The Total Ionizing Dose Effects on Perovskite CsPbBr(3) Semiconductor Detector

Perovskite CsPbBr(3) semiconductors exhibit unusually high defect tolerance leading to outstanding and unique optoelectronic properties, demonstrating strong potential for γ-radiation and X-ray detection at room temperature. However, the total dose effects of the perovskite CsPbBr(3) must be considered when working in a long-term radiation environment. In this work, the Schottky type of perovskite CsPbBr(3) detector was fabricated. Their electrical characteristics and γ-ray response were investigated before and after (60)Co γ ray irradiation with 100 and 200 krad (Si) doses.
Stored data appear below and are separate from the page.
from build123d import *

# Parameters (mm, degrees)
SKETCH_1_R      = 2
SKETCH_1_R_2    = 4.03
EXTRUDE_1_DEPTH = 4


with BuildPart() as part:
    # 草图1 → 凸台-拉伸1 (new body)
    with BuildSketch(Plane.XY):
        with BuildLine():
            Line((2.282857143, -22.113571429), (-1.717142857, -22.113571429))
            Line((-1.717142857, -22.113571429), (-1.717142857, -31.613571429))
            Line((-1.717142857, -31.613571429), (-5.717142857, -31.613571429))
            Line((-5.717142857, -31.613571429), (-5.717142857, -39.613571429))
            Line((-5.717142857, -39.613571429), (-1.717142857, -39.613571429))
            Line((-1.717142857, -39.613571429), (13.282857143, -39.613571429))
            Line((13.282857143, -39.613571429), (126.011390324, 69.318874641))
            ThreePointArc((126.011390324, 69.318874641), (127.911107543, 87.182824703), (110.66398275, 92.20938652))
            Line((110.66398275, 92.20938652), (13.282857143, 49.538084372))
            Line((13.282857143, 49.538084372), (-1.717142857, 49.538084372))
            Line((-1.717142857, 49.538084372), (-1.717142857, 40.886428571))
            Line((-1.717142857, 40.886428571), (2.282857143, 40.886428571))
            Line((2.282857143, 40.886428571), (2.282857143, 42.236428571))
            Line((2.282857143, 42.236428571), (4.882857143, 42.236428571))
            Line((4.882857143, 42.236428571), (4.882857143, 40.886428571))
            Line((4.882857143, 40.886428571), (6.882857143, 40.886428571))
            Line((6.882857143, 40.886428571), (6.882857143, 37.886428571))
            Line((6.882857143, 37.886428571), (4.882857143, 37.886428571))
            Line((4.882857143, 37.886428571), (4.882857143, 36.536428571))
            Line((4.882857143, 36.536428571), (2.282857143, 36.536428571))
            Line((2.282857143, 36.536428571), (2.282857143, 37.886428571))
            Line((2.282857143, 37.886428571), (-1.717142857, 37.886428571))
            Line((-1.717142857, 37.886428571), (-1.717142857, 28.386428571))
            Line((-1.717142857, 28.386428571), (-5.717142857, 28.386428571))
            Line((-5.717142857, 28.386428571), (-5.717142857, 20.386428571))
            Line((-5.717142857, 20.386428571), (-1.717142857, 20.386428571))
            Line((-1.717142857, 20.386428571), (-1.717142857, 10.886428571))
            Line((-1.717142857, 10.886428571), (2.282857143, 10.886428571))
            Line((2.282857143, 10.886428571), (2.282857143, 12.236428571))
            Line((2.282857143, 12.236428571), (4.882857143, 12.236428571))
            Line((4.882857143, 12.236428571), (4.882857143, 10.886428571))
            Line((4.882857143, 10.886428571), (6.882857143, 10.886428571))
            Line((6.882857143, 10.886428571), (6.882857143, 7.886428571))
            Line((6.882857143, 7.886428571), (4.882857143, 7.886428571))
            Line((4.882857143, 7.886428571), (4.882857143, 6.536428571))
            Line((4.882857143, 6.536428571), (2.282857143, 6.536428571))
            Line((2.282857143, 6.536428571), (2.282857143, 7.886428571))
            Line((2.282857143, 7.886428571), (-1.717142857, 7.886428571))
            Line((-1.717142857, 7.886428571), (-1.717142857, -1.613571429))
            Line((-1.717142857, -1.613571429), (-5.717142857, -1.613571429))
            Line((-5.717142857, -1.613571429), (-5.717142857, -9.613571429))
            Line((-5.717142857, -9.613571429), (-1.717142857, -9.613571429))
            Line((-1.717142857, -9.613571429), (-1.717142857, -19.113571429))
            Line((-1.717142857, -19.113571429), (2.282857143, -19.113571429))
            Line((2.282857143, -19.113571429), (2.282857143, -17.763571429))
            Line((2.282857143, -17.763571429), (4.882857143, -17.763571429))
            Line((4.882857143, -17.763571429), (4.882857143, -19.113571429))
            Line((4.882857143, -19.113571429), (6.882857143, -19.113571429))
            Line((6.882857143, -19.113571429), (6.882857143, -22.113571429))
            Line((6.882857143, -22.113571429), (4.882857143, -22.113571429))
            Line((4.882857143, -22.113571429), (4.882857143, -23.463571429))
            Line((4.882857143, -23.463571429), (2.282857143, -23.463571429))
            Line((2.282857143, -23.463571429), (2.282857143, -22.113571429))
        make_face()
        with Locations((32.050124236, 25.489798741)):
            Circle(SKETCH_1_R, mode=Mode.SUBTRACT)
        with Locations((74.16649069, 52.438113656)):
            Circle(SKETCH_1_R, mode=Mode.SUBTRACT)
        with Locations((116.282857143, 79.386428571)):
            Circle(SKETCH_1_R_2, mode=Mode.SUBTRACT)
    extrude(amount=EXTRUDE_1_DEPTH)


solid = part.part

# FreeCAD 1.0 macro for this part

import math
import FreeCAD as App
import Part
import Sketcher
from FreeCAD import Vector

doc = App.newDocument("Part")
params = doc.addObject("Spreadsheet::Sheet", "Params")
for row, (alias, value) in enumerate([
    ("sketch1_diameter", "4 mm"),
    ("sketch1_radius", "14 mm"),
    ("sketch1_diameter2", "8.06 mm"),
    ("sketch1_width", "4 mm"),
    ("sketch1_width2", "19 mm"),
    ("pad1_length", "4 mm"),
], start=1):
    params.set(f"A{row}", alias)
    params.set(f"B{row}", "=" + value)
    params.setAlias(f"B{row}", alias)

body = doc.addObject("PartDesign::Body", "Body")

# Sketch on XY plane
sketch1 = body.newObject("Sketcher::SketchObject", "Sketch")
sketch1.AttachmentSupport = (doc.getObject("XY_Plane"), [""])
sketch1.MapMode = "FlatFace"
sketch1.addGeometry(Part.LineSegment(Vector(2.282857, -22.113571, 0), Vector(-1.717143, -22.113571, 0)), False)
sketch1.addGeometry(Part.LineSegment(Vector(-1.717143, -22.113571, 0), Vector(-1.717143, -31.613571, 0)), False)
sketch1.addGeometry(Part.LineSegment(Vector(-1.717143, -31.613571, 0), Vector(-5.717143, -31.613571, 0)), False)
sketch1.addGeometry(Part.LineSegment(Vector(-5.717143, -31.613571, 0), Vector(-5.717143, -39.613571, 0)), False)
sketch1.addGeometry(Part.LineSegment(Vector(-5.717143, -39.613571, 0), Vector(13.282857, -39.613571, 0)), False)
sketch1.addGeometry(Part.LineSegment(Vector(13.282857, -39.613571, 0), Vector(126.01139, 69.318875, 0)), False)
sketch1.addGeometry(Part.ArcOfCircle(Part.Circle(Vector(116.282857, 79.386429, 0), Vector(0, 0, 1), 14), math.radians(-45.981131), math.radians(113.662486)), False)
sketch1.addGeometry(Part.LineSegment(Vector(110.663983, 92.209387, 0), Vector(13.282857, 49.538084, 0)), False)
sketch1.addGeometry(Part.LineSegment(Vector(13.282857, 49.538084, 0), Vector(-1.717143, 49.538084, 0)), False)
sketch1.addGeometry(Part.LineSegment(Vector(-1.717143, 49.538084, 0), Vector(-1.717143, 40.886429, 0)), False)
sketch1.addGeometry(Part.LineSegment(Vector(-1.717143, 40.886429, 0), Vector(2.282857, 40.886429, 0)), False)
sketch1.addGeometry(Part.LineSegment(Vector(2.282857, 40.886429, 0), Vector(2.282857, 42.236429, 0)), False)
sketch1.addGeometry(Part.LineSegment(Vector(2.282857, 42.236429, 0), Vector(4.882857, 42.236429, 0)), False)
The γ-ray response of the Schottky-type planar CsPbBr(3) detector degrades significantly with the increase in total dose. At the total dose of 200 krad(Si), the spectral resolving ability to γ-ray response of the CsPbBr(3) detector has disappeared. However, with annealing at room temperature for one week, the device’s performance was partially recovered. Therefore, these results indicate that the total dose effects strongly influence the detector performance of the perovskite CsPbBr(3) semiconductor. Notably, it is concluded that the radiation-induced defects are not permanent, which could be mitigated even at room temperature. We believe this work could guide the development of perovskite detectors, especially under harsh radiation conditions.